Below this line is a set of entries; quote exactly the lines from the line that contains "#16=DIRECTION('',(0.,0.,1.));" to the line that contains "#26=CIRCLE('',#18,1.);", both lines included.

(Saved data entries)
+--
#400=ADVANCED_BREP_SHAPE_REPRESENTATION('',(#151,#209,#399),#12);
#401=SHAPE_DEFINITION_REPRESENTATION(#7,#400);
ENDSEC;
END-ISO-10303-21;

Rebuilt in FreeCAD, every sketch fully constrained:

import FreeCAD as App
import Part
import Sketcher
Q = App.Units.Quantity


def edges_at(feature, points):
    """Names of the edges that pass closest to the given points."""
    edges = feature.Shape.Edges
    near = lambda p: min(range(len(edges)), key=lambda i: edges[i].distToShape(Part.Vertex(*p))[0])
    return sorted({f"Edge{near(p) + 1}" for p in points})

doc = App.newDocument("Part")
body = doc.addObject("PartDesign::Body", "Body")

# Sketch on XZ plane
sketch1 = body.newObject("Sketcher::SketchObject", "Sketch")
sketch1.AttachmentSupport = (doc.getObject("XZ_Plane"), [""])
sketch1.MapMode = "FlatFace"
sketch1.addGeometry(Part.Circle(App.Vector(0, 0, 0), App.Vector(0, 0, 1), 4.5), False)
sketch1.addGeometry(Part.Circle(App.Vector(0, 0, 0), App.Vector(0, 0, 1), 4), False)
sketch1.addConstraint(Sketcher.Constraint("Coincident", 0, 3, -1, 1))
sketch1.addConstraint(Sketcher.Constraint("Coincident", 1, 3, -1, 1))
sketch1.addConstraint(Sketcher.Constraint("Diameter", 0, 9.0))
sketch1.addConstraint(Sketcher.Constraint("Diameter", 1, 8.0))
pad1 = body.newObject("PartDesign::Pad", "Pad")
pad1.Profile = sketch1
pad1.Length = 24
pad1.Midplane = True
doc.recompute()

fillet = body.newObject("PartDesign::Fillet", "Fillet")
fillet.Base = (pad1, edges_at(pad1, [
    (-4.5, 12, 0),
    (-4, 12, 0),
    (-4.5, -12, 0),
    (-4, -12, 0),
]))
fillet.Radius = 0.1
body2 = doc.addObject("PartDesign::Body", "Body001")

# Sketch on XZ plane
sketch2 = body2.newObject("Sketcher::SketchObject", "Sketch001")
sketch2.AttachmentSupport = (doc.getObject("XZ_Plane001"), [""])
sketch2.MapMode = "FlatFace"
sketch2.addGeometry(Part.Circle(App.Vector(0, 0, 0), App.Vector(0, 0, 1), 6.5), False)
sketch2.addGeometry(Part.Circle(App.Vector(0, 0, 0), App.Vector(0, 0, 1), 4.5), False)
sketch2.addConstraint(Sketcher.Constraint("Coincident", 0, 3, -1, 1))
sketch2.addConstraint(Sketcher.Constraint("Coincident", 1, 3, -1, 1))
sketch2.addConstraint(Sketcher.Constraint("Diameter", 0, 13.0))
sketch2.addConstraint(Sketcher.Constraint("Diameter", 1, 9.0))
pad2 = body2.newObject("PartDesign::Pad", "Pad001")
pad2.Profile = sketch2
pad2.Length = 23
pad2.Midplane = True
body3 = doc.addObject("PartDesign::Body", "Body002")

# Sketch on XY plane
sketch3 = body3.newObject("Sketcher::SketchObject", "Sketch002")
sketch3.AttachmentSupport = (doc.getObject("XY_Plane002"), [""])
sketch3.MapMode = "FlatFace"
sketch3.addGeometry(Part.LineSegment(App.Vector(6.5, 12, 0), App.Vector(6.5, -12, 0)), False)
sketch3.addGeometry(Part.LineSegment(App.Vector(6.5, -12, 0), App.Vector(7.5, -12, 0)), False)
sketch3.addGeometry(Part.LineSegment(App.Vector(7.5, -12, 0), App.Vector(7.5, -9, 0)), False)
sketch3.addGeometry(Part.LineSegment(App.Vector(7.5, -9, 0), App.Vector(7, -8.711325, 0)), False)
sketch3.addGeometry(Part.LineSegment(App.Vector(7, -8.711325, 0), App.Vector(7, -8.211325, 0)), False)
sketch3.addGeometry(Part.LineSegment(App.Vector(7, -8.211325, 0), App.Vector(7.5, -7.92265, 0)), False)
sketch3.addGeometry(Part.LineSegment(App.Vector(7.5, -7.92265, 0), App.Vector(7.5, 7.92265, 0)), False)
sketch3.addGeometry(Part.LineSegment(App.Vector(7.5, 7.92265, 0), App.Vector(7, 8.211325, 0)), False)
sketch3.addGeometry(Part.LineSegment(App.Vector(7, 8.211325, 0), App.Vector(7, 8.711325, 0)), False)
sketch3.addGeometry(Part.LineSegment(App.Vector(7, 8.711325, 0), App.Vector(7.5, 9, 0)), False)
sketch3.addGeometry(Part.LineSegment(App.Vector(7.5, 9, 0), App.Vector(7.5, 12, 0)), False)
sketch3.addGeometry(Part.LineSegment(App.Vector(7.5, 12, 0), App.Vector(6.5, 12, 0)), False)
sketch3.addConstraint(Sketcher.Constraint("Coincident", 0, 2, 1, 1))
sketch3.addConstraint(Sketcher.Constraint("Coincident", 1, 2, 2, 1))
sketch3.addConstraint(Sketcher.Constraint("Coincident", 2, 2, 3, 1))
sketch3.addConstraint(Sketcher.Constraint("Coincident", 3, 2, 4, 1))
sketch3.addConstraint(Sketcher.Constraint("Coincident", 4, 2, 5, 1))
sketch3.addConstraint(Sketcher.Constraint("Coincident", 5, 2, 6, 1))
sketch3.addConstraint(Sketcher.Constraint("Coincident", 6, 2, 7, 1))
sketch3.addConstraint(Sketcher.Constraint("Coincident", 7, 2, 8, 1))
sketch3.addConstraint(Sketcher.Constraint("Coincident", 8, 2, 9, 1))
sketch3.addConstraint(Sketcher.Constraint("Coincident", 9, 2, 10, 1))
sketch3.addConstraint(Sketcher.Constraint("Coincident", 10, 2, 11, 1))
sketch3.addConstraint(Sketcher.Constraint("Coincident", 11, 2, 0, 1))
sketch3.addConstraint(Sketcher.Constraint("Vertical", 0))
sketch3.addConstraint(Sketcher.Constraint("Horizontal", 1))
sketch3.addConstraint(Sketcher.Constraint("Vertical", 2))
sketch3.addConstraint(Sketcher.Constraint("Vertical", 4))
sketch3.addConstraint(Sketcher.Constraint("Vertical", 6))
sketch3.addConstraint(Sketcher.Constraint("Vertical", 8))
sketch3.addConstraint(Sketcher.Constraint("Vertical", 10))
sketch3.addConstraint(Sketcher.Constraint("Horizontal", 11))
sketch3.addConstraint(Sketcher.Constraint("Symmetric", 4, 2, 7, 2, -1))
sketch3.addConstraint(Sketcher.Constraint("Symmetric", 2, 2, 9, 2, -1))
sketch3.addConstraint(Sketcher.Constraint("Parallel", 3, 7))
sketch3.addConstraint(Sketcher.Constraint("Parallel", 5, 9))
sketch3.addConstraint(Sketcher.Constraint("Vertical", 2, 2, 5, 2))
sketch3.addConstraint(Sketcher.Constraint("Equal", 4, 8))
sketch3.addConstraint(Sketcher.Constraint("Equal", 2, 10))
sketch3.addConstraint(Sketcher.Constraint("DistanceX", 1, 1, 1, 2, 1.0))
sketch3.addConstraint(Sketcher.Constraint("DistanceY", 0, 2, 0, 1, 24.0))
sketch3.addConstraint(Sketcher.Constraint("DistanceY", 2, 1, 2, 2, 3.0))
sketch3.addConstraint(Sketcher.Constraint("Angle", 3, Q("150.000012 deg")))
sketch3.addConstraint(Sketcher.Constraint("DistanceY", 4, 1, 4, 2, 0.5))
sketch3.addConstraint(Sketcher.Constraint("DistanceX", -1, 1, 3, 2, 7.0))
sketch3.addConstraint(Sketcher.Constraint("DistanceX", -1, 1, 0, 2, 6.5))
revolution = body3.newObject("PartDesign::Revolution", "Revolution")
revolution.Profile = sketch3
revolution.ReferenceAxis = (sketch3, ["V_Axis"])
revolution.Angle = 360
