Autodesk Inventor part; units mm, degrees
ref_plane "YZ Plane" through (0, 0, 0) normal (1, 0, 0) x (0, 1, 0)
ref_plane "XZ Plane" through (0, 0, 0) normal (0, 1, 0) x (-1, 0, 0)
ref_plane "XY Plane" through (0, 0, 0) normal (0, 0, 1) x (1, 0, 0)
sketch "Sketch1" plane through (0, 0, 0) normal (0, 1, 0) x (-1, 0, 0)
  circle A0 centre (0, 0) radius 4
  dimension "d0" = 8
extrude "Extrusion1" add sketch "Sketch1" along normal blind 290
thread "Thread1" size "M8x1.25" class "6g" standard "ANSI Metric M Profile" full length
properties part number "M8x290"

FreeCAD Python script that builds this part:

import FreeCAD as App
import Part
import Sketcher

V = App.Vector

doc = App.newDocument("Part")
body = doc.addObject("PartDesign::Body", "Body")

# Sketch on XZ plane
sketch1 = body.newObject("Sketcher::SketchObject", "Sketch")
sketch1.AttachmentSupport = (doc.getObject("XZ_Plane"), [""])
sketch1.MapMode = "FlatFace"
sketch1.addGeometry(Part.Circle(V(0, 0, 0), V(0, 0, 1), 4), False)
sketch1.addConstraint([
    Sketcher.Constraint("Coincident", 0, 3, -1, 1),
    Sketcher.Constraint("Diameter", 0, 8.0),
])
pad1 = body.newObject("PartDesign::Pad", "Pad")
pad1.Profile = sketch1
pad1.Length = 290
pad1.Reversed = True

doc.recompute()
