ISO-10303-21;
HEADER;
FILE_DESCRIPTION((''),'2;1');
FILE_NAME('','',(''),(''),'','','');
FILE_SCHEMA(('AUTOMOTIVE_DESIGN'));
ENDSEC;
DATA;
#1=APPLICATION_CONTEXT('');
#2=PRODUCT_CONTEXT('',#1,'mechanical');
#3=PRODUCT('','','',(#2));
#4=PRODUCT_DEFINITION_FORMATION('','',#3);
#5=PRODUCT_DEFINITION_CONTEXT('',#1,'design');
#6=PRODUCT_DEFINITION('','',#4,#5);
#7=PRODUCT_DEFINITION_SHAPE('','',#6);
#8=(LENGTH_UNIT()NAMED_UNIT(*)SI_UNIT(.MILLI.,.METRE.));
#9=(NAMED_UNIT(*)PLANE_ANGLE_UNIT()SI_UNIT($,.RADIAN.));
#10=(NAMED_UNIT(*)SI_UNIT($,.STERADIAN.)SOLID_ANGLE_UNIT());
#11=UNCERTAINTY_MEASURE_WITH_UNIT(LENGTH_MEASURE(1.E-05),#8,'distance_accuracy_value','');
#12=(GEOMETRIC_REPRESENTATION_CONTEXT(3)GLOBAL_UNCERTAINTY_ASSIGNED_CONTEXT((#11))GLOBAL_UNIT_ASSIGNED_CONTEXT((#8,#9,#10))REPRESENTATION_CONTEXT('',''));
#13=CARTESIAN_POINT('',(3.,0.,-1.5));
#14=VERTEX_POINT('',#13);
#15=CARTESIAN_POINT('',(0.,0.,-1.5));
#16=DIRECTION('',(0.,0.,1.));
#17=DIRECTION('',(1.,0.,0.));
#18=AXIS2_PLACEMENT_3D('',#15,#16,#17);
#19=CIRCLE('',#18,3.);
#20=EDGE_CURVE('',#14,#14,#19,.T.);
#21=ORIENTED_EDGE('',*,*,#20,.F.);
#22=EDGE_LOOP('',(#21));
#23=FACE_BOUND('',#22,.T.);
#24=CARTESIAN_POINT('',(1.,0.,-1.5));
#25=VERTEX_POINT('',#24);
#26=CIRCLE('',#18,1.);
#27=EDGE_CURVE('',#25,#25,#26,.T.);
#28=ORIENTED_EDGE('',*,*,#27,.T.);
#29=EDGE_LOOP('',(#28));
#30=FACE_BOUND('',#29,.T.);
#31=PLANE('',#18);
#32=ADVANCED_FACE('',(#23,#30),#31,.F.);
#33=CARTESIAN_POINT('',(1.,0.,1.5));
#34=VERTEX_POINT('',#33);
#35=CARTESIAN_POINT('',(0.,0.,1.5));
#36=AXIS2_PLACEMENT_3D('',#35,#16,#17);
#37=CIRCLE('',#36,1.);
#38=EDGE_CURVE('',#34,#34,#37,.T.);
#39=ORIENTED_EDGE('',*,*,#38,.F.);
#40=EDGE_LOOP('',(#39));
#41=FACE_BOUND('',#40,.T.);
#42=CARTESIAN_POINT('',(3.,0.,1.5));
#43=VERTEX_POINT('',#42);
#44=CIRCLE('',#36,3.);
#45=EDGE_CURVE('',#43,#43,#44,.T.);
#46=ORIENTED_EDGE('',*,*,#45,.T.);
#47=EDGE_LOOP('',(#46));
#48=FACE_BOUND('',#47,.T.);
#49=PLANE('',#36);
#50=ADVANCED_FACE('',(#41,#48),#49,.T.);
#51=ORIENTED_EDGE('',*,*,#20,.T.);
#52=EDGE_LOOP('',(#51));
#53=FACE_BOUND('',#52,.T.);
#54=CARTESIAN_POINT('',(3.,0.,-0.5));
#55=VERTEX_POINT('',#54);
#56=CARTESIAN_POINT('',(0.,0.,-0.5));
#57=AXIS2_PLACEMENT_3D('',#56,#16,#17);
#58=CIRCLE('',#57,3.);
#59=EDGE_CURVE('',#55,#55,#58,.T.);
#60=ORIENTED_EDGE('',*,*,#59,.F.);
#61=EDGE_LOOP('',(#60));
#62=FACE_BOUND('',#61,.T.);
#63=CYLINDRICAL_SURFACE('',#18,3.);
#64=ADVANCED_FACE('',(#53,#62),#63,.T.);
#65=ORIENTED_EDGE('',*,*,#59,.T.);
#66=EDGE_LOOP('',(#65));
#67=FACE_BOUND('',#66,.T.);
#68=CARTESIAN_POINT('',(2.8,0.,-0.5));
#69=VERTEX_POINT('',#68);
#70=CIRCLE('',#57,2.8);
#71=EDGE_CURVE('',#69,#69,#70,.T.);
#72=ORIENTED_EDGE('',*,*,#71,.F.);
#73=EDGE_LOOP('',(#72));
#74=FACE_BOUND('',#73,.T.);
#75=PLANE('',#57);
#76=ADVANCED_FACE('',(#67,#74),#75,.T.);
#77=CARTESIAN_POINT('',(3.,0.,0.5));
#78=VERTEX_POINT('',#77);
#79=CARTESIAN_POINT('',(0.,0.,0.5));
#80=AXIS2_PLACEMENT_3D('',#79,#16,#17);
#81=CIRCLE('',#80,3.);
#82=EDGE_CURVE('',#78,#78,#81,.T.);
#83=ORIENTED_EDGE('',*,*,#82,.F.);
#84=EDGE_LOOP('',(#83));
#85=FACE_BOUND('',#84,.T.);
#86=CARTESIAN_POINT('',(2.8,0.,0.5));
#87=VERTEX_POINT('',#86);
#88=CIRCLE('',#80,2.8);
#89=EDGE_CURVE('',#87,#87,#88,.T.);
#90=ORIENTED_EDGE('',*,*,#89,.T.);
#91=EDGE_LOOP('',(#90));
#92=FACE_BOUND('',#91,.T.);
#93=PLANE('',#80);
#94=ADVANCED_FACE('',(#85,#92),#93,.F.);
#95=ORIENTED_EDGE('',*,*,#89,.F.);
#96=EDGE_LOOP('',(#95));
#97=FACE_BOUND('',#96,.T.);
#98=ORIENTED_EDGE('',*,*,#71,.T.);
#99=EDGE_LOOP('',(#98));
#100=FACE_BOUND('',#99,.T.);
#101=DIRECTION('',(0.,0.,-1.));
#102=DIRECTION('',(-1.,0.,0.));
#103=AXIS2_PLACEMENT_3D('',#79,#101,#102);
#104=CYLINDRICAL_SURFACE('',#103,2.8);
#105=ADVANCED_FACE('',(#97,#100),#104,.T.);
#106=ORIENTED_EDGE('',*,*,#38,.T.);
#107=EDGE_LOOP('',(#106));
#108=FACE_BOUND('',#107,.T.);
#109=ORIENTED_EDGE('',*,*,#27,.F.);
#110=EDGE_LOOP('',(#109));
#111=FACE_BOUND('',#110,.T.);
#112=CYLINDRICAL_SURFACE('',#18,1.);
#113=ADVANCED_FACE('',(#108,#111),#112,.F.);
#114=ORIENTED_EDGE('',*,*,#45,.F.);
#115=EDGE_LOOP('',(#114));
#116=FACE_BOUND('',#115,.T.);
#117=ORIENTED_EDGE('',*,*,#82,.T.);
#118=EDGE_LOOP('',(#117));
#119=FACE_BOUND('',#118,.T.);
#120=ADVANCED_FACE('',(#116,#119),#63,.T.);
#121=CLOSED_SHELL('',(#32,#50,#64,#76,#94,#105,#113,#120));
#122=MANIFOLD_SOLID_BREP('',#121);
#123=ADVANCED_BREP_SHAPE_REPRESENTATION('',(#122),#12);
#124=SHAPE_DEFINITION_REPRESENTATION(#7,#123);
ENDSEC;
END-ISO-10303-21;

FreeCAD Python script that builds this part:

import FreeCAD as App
import Part
import Sketcher
Q = App.Units.Quantity

doc = App.newDocument("Part")
params = doc.addObject("Spreadsheet::Sheet", "Params")
for row, (alias, value) in enumerate([
    ("sketch1_diameter", "6 mm"),
    ("sketch1_diameter2", "2 mm"),
    ("pad1_length", "1.5 mm"),
    ("pad1_length2", "1.5 mm"),
    ("sketch2_diameter", "6 mm"),
    ("sketch2_diameter2", "5.6 mm"),
    ("pocket1_length", "0.5 mm"),
    ("pocket1_length2", "0.5 mm"),
], start=1):
    params.set(f"A{row}", alias)
    params.set(f"B{row}", "=" + value)
    params.setAlias(f"B{row}", alias)

body = doc.addObject("PartDesign::Body", "Body")

sketch1 = doc.addObject("Sketcher::SketchObject", "Sketch")
body.addObject(sketch1)
sketch1.AttachmentSupport = (doc.XY_Plane, [""])
sketch1.MapMode = "FlatFace"
sketch1.addGeometry([
    Part.Circle(App.Vector(0, 0, 0), App.Vector(0, 0, 1), 3),
    Part.Circle(App.Vector(0, 0, 0), App.Vector(0, 0, 1), 1),
], False)
sketch1.addConstraint([
    Sketcher.Constraint("Coincident", 0, 3, -1, 1),
    Sketcher.Constraint("Coincident", 1, 3, -1, 1),
    Sketcher.Constraint("Diameter", 0, Q("6 mm")),
    Sketcher.Constraint("Diameter", 1, Q("2 mm")),
])
sketch1.setExpression("Constraints[2]", "Params.sketch1_diameter")
sketch1.setExpression("Constraints[3]", "Params.sketch1_diameter2")
pad1 = doc.addObject("PartDesign::Pad", "Pad")
body.addObject(pad1)
pad1.Profile = sketch1
pad1.Type = "TwoLengths"
pad1.setExpression("Length", "Params.pad1_length")
pad1.setExpression("Length2", "Params.pad1_length2")

sketch2 = doc.addObject("Sketcher::SketchObject", "Sketch001")
body.addObject(sketch2)
sketch2.AttachmentSupport = (doc.XY_Plane, [""])
sketch2.MapMode = "FlatFace"
sketch2.addGeometry([
    Part.Circle(App.Vector(0, 0, 0), App.Vector(0, 0, 1), 3),
    Part.Circle(App.Vector(0, 0, 0), App.Vector(0, 0, 1), 2.8),
], False)
sketch2.addConstraint([
    Sketcher.Constraint("Coincident", 0, 3, -1, 1),
    Sketcher.Constraint("Coincident", 1, 3, -1, 1),
    Sketcher.Constraint("Diameter", 0, Q("6 mm")),
    Sketcher.Constraint("Diameter", 1, Q("5.6 mm")),
])
sketch2.setExpression("Constraints[2]", "Params.sketch2_diameter")
sketch2.setExpression("Constraints[3]", "Params.sketch2_diameter2")
pocket1 = doc.addObject("PartDesign::Pocket", "Pocket")
body.addObject(pocket1)
pocket1.Profile = sketch2
pocket1.Type = "TwoLengths"
pocket1.setExpression("Length", "Params.pocket1_length")
pocket1.setExpression("Length2", "Params.pocket1_length2")
pocket1.Reversed = True

doc.recompute()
+--
**FINISHED EXERCISE**
#16=DIRECTION('',(0.,0.,1.));
#17=DIRECTION('',(1.,0.,0.));
#18=AXIS2_PLACEMENT_3D('',#15,#16,#17);
#19=CIRCLE('',#18,3.);
#20=EDGE_CURVE('',#14,#14,#19,.T.);
#21=ORIENTED_EDGE('',*,*,#20,.F.);
#22=EDGE_LOOP('',(#21));
#23=FACE_BOUND('',#22,.T.);
#24=CARTESIAN_POINT('',(1.,0.,-1.5));
#25=VERTEX_POINT('',#24);
#26=CIRCLE('',#18,1.);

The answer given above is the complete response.